B. Whether Plaintiff Has Alleged Damages
1. Actual Damages
Defendant argues that Plaintiff has failed to plead actual damages. A failure to allege actual damages is grounds for dismissing a RESPA claim under 12 U.S.C. § 2605. Davidson v. Countrywide Home Loans, Inc., No. 09-CV-2694-IEG (JMA), 2011 WL 1157569, *4 (S.D.Cal. Mar. 29, 2011) (Gonzalez, C.J.) However, courts have interpreted the requirement to plead actual damages “liberally.” Yulaeva v. Greenpoint Mortg. Funding, Inc., No. 09-1504 LKK/KJM, 2009 WL 2880393, *15, 2009 U.S. Dist. LEXIS 79094, *44 (E.D.Cal. Sept. 3, 2009) (Karlton, J.).

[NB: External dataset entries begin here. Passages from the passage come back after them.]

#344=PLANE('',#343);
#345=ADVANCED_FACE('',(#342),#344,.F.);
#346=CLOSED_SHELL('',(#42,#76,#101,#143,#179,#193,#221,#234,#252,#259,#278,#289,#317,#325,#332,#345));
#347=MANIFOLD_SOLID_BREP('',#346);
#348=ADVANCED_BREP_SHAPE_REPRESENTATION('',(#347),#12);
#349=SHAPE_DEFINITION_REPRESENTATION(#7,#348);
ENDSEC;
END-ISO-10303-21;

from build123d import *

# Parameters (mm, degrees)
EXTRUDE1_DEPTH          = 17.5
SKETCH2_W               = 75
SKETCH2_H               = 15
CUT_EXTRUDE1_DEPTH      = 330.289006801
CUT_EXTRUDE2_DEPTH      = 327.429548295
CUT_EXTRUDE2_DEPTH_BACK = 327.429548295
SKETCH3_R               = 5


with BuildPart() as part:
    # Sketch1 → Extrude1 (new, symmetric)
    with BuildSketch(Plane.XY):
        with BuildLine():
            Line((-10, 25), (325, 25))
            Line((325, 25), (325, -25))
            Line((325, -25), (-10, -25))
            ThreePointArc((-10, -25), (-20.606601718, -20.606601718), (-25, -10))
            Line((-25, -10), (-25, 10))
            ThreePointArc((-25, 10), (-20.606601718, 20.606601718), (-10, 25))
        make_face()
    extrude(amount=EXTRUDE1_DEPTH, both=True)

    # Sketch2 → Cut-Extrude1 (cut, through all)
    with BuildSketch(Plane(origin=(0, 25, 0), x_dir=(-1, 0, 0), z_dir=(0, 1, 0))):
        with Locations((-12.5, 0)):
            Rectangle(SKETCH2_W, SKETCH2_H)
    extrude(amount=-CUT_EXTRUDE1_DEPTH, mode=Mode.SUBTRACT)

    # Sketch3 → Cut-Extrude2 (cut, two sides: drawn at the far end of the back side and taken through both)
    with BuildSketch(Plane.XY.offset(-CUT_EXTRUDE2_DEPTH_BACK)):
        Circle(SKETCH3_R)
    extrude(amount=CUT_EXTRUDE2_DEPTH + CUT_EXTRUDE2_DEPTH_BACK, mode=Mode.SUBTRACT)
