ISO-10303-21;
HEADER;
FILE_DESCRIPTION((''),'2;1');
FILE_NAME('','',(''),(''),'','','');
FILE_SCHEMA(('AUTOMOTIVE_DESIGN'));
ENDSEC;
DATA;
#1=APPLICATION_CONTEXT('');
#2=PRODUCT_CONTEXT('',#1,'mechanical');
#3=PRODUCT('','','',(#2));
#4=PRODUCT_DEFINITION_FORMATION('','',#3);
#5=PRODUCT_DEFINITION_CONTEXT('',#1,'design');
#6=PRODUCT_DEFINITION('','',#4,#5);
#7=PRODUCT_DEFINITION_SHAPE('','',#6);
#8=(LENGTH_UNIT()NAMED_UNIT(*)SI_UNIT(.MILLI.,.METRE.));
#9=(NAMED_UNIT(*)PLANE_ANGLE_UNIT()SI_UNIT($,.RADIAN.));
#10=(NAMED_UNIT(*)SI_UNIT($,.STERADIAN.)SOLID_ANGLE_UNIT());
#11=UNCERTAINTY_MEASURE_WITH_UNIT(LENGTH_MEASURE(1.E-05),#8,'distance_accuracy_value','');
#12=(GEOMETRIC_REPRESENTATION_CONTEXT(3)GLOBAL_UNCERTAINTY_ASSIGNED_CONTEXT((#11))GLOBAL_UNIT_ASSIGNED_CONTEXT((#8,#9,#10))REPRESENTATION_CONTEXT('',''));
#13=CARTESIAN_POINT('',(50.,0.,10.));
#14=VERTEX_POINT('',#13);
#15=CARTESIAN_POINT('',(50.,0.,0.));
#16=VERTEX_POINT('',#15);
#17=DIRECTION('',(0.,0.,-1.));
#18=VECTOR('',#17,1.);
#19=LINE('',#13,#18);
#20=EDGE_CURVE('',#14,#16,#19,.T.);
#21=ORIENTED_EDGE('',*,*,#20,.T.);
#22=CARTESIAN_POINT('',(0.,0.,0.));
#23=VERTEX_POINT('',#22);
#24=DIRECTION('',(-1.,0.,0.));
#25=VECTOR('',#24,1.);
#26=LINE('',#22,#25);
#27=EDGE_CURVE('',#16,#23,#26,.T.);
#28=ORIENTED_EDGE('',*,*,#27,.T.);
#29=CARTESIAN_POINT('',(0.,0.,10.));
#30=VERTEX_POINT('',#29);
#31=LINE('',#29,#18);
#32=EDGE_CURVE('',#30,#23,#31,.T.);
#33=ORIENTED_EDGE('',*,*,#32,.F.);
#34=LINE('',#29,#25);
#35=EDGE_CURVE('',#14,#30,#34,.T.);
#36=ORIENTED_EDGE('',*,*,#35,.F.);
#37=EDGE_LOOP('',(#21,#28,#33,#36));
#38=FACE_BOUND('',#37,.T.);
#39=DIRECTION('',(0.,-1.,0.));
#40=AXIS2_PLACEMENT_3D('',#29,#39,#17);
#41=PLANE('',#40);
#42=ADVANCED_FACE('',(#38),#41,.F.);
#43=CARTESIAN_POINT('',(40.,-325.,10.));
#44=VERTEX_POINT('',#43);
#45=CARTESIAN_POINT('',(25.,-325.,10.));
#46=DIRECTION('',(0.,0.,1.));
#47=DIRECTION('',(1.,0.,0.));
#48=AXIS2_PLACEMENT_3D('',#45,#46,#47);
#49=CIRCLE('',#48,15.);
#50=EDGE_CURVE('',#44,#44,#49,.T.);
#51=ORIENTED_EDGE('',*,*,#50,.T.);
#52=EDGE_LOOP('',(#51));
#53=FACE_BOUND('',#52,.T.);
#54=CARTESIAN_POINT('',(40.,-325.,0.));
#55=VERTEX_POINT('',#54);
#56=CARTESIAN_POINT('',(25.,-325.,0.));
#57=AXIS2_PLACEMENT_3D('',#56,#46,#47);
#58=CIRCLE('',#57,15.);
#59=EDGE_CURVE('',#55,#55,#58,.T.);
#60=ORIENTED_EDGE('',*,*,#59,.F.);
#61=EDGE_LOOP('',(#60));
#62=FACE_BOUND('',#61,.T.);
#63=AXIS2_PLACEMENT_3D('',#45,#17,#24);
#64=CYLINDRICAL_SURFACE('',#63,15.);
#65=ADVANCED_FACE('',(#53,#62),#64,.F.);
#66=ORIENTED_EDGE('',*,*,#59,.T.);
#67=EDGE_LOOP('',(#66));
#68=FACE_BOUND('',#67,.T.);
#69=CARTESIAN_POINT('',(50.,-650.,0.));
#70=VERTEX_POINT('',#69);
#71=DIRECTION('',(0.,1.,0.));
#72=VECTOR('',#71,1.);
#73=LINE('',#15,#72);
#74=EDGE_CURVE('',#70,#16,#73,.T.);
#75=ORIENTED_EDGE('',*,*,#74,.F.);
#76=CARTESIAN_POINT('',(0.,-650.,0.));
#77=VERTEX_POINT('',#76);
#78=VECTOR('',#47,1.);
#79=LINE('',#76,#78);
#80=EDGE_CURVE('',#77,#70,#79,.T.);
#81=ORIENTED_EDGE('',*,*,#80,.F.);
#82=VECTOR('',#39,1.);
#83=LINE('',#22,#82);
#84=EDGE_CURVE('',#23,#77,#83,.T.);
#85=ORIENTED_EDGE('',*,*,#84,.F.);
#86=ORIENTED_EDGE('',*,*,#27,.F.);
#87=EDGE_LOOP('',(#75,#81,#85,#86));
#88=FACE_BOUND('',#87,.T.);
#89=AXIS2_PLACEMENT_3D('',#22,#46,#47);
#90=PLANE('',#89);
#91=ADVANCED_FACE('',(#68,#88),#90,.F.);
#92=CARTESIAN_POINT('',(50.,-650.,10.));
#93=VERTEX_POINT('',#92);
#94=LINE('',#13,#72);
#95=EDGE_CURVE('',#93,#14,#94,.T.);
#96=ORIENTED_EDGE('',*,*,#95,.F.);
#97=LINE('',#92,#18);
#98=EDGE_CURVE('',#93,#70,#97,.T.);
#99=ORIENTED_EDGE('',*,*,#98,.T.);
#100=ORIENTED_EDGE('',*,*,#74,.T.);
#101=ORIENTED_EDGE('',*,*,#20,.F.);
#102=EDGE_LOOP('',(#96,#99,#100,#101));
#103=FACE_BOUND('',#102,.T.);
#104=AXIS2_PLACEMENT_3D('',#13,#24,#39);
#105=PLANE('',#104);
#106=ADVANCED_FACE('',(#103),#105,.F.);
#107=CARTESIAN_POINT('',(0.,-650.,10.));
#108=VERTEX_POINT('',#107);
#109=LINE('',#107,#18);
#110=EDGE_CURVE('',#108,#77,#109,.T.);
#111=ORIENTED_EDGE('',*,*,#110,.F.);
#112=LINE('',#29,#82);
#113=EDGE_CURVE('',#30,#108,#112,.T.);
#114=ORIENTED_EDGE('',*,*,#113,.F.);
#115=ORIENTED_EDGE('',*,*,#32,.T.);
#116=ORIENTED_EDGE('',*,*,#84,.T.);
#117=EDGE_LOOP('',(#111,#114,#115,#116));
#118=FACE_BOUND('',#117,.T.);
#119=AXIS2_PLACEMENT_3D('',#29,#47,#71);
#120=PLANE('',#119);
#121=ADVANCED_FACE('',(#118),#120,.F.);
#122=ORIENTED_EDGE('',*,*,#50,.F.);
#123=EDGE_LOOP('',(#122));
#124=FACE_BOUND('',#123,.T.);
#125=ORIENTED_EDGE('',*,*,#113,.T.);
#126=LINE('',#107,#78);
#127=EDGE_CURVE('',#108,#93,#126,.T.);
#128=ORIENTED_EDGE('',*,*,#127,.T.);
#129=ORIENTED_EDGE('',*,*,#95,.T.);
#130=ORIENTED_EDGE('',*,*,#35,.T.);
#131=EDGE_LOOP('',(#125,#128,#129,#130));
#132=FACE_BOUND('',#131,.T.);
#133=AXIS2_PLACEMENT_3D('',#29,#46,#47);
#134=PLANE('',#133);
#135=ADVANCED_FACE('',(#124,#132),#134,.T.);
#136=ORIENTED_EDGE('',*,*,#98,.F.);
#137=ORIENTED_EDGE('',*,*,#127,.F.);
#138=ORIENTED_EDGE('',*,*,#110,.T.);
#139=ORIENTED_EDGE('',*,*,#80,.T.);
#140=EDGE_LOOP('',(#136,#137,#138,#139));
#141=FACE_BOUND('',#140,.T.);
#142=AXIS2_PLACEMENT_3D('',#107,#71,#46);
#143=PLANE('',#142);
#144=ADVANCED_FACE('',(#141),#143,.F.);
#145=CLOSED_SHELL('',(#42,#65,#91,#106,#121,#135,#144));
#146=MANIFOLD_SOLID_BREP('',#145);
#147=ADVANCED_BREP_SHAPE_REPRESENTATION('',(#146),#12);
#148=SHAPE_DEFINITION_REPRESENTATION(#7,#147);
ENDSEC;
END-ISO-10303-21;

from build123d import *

# Parameters (mm, degrees)
ESQUISSE1_W        = 50
ESQUISSE1_H        = 650
ESQUISSE1_R        = 15
BOSS_EXTRU_1_DEPTH = 10


with BuildPart() as part:
    # Esquisse1 → Boss.-Extru.1 (new body)
    with BuildSketch(Plane.XY):
        with Locations((25, -325)):
            Rectangle(ESQUISSE1_W, ESQUISSE1_H)
        with Locations((25, -325)):
            Circle(ESQUISSE1_R, mode=Mode.SUBTRACT)
    extrude(amount=BOSS_EXTRU_1_DEPTH)


solid = part.part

With respect to damages, Plaintiff alleges:
As a direct and proximate result of Wells Fargo’s conduct, Plaintiff has suffered actual pecuniary damages that include, but are not limited to, the over calculation and overpayment of interest on Plaintiffs Loan, the costs of repairing Plaintiffs credit, the reduction and/or elimination of Plaintiffs credit limits, and attorney’s fees and costs, in an amount to be proven at trial.
(Compl. ¶ 18.)
This sufficiently alleges actual damages and distinguishes the instant matter from the cases in which courts ruled that actual damages were not sufficiently alleged. See, e.g., Davidson, 2011 WL 1157569 at *4 (plaintiffs only alleged that they “were damaged”); Sullivan v. JP Morgan Chase Bank, NA, 725 F.Supp.2d 1087, 1095 (E.D.Cal.2010) (plaintiff only alleged that he “suffered and continues to suffer damages and costs of suit”). This also distinguishes Plaintiffs case from cases in which courts have held that a borrower failed to allege a causal link between the alleged damages and the servicer’s failure to comply with RESPA. See, e.g., Durland v. Fieldstone Mortg. Co., No. 10CV125 JLS (CAB), 2011 WL 805924, *3 (S.D.Cal. Mar. 1, 2011) (Sammartino, J.)1
2. Statutory Damages
Plaintiff alleges that Defendant is subject to statutory damages. (Compl. ¶ 17.). To allege statutory damages under RES-PA, a borrower must allege a pattern and practice of non-compliance with 12 U.S.C. § 2605. 12 U.S.C. § 2605(f). Plaintiff has failed to allege such a pattern or practice. Furthermore, the Complaint is based on a single letter to Defendant. Plaintiff does *1154not respond to Defendant’s Motion with respect to statutory damages and appears to concede that statutory damages are not available in this case. The law is clear that statutory damages are unavailable based on Plaintiffs allegations.
V. CONCLUSION
Defendant’s Motion is GRANTED WITH PREJUDICE with respect to Plaintiff’s request for statutory damages. Defendant’s Motion is otherwise DENIED.
IT IS SO ORDERED.
. Defendant suggests that Plaintiff's credit rating fell because she is behind on her loan payments, arguing that her alleged injuries "may likely be the result of her own inability to remain current on the loan." (Motion at 8:17-26.) Plaintiff has not alleged that she is behind on her loan. The Court must take all her allegations as true for the purposes of this Motion. Accordingly, the Court cannot simply assume that Plaintiff is behind on her loan when no such allegation exists in the Complaint.